We have dealt, at some length, with the relevant statutory provisions applicable. It is essential that the presiding magistrate ought to state explicitly the decision which he is pronouncing, either by referring to the particular statutory provision, or, by using the precise terms prescribed by the statute. Such a procedure would have avoided the doubts raised and consequent argument on the effect of the order made. There is no statutory provision for dismissing for want of prosecution. We find it unnecessary to discuss this topic any further and hope that the Courts concerned will give this due attention in the future.

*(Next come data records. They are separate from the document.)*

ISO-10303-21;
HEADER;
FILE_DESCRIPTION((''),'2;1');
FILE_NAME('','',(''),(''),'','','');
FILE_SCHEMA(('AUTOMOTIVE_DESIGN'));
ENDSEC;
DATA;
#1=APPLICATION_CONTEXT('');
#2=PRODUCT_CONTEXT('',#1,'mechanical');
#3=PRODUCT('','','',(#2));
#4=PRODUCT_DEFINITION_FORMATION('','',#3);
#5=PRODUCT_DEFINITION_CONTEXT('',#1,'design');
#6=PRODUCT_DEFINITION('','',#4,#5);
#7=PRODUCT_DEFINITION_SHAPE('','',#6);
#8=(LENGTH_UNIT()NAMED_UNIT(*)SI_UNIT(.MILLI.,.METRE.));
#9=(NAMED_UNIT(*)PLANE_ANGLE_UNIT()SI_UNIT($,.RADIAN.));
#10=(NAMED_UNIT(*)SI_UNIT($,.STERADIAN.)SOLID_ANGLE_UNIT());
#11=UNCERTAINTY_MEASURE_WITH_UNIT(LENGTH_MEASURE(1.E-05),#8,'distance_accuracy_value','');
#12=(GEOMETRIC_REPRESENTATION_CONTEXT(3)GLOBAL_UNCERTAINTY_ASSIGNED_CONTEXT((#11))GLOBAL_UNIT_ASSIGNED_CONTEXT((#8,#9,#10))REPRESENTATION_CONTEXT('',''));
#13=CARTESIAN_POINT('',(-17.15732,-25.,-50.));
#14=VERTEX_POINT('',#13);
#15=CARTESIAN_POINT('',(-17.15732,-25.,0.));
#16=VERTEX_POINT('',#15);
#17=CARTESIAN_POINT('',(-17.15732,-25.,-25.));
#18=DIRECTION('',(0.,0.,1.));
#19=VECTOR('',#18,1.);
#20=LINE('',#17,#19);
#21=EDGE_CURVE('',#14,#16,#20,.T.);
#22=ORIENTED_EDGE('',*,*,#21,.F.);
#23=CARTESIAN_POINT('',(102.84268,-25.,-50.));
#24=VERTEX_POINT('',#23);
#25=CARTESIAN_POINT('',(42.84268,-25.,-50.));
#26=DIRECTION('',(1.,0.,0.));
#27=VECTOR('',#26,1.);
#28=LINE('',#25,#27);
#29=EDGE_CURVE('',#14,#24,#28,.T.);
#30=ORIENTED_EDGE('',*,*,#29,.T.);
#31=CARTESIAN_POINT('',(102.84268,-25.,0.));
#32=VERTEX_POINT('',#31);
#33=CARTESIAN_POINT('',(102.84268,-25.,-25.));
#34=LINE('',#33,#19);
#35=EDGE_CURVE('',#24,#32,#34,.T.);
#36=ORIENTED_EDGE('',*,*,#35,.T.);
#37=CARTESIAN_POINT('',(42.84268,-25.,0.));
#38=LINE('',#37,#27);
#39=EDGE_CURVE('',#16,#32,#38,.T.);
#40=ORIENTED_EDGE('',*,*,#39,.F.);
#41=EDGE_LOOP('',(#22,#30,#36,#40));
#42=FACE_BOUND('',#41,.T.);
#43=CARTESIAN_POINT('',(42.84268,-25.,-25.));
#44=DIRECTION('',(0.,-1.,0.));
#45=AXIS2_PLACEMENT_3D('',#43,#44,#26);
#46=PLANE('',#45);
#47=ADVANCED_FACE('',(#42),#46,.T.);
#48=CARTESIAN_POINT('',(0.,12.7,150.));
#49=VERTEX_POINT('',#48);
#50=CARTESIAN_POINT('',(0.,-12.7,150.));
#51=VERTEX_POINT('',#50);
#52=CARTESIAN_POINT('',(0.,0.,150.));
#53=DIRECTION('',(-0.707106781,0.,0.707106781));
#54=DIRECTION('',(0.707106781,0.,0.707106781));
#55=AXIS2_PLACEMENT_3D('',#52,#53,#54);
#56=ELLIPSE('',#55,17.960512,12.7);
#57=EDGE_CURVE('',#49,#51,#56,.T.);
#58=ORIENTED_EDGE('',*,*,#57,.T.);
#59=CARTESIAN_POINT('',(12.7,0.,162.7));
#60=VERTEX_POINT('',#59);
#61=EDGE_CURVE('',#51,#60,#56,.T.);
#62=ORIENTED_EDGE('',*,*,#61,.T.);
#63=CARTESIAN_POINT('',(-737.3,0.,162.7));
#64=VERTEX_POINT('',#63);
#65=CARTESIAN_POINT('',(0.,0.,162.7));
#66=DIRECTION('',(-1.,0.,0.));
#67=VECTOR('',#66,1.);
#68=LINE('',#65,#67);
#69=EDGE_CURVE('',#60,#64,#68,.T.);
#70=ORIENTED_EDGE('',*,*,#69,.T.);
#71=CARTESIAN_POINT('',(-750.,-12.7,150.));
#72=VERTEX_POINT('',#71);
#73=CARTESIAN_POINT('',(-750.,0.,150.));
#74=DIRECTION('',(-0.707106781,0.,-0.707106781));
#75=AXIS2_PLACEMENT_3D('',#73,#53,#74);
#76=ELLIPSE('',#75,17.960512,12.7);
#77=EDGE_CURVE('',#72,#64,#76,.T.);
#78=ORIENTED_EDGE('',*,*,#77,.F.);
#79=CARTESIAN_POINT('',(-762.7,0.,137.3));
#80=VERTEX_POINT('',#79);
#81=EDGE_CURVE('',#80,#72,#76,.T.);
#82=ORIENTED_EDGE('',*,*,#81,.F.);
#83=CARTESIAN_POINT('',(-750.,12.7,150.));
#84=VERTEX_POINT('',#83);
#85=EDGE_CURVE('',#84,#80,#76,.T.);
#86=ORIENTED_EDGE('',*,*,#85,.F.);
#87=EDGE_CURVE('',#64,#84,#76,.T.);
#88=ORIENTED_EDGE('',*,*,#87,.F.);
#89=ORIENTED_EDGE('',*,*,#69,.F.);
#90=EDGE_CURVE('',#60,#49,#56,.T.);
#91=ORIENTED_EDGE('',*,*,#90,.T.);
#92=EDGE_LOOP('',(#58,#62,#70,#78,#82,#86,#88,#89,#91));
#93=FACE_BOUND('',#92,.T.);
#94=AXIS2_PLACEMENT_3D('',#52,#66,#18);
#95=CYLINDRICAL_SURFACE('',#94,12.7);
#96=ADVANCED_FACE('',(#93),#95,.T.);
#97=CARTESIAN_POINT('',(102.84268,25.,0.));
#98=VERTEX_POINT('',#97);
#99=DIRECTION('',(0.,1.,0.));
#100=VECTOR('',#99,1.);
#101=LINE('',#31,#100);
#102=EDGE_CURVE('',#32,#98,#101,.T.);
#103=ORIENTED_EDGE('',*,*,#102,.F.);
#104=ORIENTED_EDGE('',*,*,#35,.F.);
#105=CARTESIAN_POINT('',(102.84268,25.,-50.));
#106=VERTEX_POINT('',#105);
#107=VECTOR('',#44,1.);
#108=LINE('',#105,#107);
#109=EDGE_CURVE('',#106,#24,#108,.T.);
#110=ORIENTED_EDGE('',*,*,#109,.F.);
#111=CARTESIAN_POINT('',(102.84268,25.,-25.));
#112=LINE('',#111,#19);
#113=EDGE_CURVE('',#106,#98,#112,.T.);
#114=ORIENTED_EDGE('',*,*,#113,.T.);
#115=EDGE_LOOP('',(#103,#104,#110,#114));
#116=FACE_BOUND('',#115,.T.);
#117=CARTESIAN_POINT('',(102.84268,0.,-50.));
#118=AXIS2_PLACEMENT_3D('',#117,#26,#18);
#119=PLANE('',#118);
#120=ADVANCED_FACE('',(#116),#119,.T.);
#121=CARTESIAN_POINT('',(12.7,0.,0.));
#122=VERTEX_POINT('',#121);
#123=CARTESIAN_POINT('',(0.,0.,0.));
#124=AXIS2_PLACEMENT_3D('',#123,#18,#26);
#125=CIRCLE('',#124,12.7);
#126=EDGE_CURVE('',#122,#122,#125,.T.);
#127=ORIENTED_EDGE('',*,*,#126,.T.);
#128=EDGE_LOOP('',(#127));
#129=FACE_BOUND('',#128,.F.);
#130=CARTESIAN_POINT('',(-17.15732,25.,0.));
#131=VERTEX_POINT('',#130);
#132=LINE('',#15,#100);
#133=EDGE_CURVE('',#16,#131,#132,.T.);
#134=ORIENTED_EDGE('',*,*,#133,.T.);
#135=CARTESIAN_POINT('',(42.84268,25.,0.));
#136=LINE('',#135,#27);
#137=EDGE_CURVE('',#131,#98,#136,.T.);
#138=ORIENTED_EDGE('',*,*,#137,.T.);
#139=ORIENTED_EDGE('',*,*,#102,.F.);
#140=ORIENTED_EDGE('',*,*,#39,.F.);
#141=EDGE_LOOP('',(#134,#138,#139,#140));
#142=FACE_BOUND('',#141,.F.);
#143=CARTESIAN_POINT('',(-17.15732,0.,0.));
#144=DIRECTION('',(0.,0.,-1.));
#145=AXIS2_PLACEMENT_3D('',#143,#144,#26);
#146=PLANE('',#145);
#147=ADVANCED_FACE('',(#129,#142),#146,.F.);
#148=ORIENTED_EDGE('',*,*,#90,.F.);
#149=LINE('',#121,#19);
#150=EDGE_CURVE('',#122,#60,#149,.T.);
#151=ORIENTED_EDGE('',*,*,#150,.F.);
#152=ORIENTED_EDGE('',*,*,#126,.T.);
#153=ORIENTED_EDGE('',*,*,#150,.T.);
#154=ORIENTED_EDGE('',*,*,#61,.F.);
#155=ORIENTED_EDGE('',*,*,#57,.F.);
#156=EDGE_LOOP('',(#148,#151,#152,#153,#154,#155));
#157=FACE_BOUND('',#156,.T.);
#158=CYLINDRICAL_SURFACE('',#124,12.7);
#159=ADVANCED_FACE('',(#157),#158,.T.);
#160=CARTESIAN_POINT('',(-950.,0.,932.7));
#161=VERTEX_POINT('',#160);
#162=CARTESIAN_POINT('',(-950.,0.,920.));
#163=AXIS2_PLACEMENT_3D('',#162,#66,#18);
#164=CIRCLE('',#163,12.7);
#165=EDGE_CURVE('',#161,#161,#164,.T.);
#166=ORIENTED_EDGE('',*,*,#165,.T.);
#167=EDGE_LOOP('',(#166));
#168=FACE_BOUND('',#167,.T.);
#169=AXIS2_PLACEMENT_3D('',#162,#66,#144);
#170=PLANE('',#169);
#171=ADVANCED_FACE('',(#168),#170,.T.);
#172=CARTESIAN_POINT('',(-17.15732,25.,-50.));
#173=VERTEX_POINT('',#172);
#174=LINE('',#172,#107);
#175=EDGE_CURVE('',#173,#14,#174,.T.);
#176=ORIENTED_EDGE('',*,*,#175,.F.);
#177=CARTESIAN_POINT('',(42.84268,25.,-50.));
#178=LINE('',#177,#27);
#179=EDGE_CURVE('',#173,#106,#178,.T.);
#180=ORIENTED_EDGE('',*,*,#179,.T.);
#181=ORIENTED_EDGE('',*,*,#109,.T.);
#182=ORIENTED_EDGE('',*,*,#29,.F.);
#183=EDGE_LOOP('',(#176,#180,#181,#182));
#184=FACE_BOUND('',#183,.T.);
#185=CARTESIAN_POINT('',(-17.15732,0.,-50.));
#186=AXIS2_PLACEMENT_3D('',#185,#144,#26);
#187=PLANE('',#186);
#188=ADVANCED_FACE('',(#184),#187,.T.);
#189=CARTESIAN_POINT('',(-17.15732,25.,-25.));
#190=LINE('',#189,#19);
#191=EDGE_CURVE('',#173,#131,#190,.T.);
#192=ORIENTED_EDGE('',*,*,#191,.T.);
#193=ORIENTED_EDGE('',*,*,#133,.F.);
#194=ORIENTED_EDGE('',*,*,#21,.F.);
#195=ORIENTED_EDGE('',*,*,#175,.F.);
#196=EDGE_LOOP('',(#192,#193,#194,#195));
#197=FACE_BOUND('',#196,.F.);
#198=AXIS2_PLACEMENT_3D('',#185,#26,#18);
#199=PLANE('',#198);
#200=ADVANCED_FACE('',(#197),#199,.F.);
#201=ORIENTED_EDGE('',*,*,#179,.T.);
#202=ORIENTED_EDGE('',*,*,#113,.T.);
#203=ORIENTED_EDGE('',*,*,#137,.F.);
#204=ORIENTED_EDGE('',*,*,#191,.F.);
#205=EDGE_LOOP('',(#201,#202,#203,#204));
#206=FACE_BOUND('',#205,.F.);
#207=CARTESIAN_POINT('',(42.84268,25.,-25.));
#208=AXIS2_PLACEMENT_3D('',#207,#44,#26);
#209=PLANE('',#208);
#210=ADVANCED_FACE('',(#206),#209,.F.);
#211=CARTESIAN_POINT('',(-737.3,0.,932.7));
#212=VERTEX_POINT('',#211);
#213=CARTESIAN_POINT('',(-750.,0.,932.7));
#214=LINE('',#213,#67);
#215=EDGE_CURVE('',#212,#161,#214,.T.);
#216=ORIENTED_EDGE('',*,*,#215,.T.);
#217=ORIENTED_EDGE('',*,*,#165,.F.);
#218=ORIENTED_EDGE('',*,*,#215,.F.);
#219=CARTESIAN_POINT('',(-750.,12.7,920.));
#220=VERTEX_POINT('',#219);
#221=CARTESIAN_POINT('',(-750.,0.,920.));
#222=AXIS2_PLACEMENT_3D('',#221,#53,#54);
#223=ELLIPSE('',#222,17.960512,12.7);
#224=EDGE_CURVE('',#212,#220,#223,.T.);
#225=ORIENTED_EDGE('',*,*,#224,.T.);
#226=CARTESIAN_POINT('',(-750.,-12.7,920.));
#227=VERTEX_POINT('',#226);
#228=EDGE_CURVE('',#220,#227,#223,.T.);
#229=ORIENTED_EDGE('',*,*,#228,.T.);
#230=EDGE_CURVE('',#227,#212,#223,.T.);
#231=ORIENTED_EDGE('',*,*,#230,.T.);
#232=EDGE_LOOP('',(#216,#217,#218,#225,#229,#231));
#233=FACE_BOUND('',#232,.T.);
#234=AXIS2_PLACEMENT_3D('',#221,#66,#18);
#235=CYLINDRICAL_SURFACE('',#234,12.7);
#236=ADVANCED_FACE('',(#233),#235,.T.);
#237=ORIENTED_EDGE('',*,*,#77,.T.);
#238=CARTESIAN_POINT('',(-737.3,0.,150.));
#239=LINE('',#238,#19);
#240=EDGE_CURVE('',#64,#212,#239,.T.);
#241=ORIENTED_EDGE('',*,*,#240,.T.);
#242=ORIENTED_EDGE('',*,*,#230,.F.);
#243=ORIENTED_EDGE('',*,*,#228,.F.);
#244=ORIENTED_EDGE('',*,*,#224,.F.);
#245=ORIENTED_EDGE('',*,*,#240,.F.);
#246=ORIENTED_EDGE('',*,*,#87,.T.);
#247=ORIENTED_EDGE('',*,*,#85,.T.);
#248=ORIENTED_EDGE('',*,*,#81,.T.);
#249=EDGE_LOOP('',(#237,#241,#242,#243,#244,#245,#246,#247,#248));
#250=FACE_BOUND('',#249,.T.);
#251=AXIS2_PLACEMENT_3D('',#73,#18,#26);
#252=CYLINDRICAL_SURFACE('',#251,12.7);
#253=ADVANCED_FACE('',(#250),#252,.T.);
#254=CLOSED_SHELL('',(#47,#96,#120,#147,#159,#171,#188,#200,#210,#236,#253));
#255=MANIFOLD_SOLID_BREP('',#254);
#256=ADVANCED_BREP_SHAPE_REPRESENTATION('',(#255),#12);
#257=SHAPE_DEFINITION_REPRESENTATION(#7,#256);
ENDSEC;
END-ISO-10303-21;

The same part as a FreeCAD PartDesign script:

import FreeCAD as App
import Part
import Sketcher
from FreeCAD import Vector

doc = App.newDocument("Part")
body = doc.addObject("PartDesign::Body", "Body")

sketch1 = doc.addObject("Sketcher::SketchObject", "Sketch")
body.addObject(sketch1)
sketch1.AttachmentSupport = (doc.XZ_Plane, [""])
sketch1.MapMode = "FlatFace"
sketch1.addGeometry(Part.LineSegment(Vector(-17, 0, 0), Vector(-17, -50, 0)), False)
sketch1.addGeometry(Part.LineSegment(Vector(-17, -50, 0), Vector(103, -50, 0)), False)
sketch1.addGeometry(Part.LineSegment(Vector(103, -50, 0), Vector(103, 0, 0)), False)
sketch1.addGeometry(Part.LineSegment(Vector(103, 0, 0), Vector(-17, 0, 0)), False)
sketch1.addConstraint(Sketcher.Constraint("Coincident", 0, 2, 1, 1))
sketch1.addConstraint(Sketcher.Constraint("Coincident", 1, 2, 2, 1))
sketch1.addConstraint(Sketcher.Constraint("Coincident", 2, 2, 3, 1))
sketch1.addConstraint(Sketcher.Constraint("Coincident", 3, 2, 0, 1))
sketch1.addConstraint(Sketcher.Constraint("Vertical", 0))
sketch1.addConstraint(Sketcher.Constraint("Horizontal", 1))
sketch1.addConstraint(Sketcher.Constraint("Vertical", 2))
sketch1.addConstraint(Sketcher.Constraint("Horizontal", 3))
sketch1.addConstraint(Sketcher.Constraint("PointOnObject", 2, 2, -1))
sketch1.addConstraint(Sketcher.Constraint("DistanceX", 1, 1, 1, 2, 120.0))
sketch1.addConstraint(Sketcher.Constraint("DistanceY", 0, 2, 0, 1, 50.0))
sketch1.addConstraint(Sketcher.Constraint("DistanceX", 0, 2, -1, 1, 17.15732))
pad1 = doc.addObject("PartDesign::Pad", "Pad")
body.addObject(pad1)
pad1.Profile = sketch1
pad1.Type = "TwoLengths"
pad1.Length = 25
pad1.Length2 = 25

  1. The Court of Appeal abovementioned remarks are as binding to the Magistrate Court ever since it was decided on 30 September 1980, that is, 37 years ago. I have updated the relevant sections to match those in the Criminal Procedure Act 2009. The procedure in disposing off criminal cases in the Magistrates Court are the same as it was in 1980. It is prudent for Resident Magistrates to follow the Court of Appeal’s remarks to the letter, to assist appellate courts in understanding their actions, especially when it comes to noting their actions in the record. In this case, the court had “to read between the lines” to understand the learned Magistrate’s actions.
  2. I have read the court record and the learned Magistrate’s ruling, dated 2 December 2016, on how she approached the trial on 1st and 2nd December 2016. On 1 December 2016, 5 prosecution witnesses were present. Only the government analyst was not present. The prosecutor, the accused and his counsel were present. Pursuant to section 168 of the Criminal Procedure Act 2009, it was mandatory for the court to hear the case. However, this power to proceed was subject to its adjournment powers in section 170 of the Criminal Procedure Act 2009. The court adjourned the hearing to 2 December 2016. All witness were warned to turn up the next day. On 2 December 2016, the prosecution applied for the case to be part heard. All its witnesses were present, except the government analyst. According to section 168 of the Criminal Procedure Act 2009, the court was bound to hear the witnesses present.
  3. Section 177 (1) of the Criminal Procedure Act 2009 then came into play. The court must proceed to hear the five prosecution witnesses present. Then the defence may cross-examine the witness. Then the prosecution will re-examine. The above procedure was not complied with. The record does not speak of it. Furthermore, there was no record in the court record that the prosecution had conceded that it cannot make a prima facie case to entitle the court to proceed to judgment under section 178 of the Criminal Procedure Act 2009. In the record, the learned Magistrate recorded, “... No case to answer. The accused is acquitted. File is closed...” In my view, after carefully looking at the court record, the learned Magistrate did not follow the proper procedure, and did not record the same properly in the record, to show that she proceeded properly to an acquittal. In my view, in acquitting the respondent, she did not follow the proper procedure, and as a result, she erred, as a matter of law. Her decision was tainted, and null and void.
  4. Because of the above, on 31 August 2017, I granted the State leave to appeal out of time, and I granted the remedy they sought in their petition of appeal, that is, “This Honourable Court set aside the order of Acquittal by the Learned Magistrate and remit the matter to the Navua Magistrate Court to fix a new hearing date for this matter.” I now formally set aside the respondent’s acquittal in the Navua Magistrate Court on 2 December 2016, and order a re-trial before another Resident Magistrate in the Navua Magistrate Court. This case is to be given top priority as it is a 2012 matter. On the government analyst not attending, a bench warrant should be executed, and the witness held in custody, until she or he had completed her/his evidence. The government analyst’s attitude in not obeying the witness summons and/or bench warrant, should not be tolerated.
  5. In summary, the State is granted leave to appeal out of time, and they succeed in their appeal. Case adjourned to the Navua Magistrate Court on 15 January 2018 at 9.30 am for mention to set a hearing date as soon as possible.

Salesi Temo
JUDGE


Solicitor for Appellant : Office of the Director of Public Prosecution, Suva.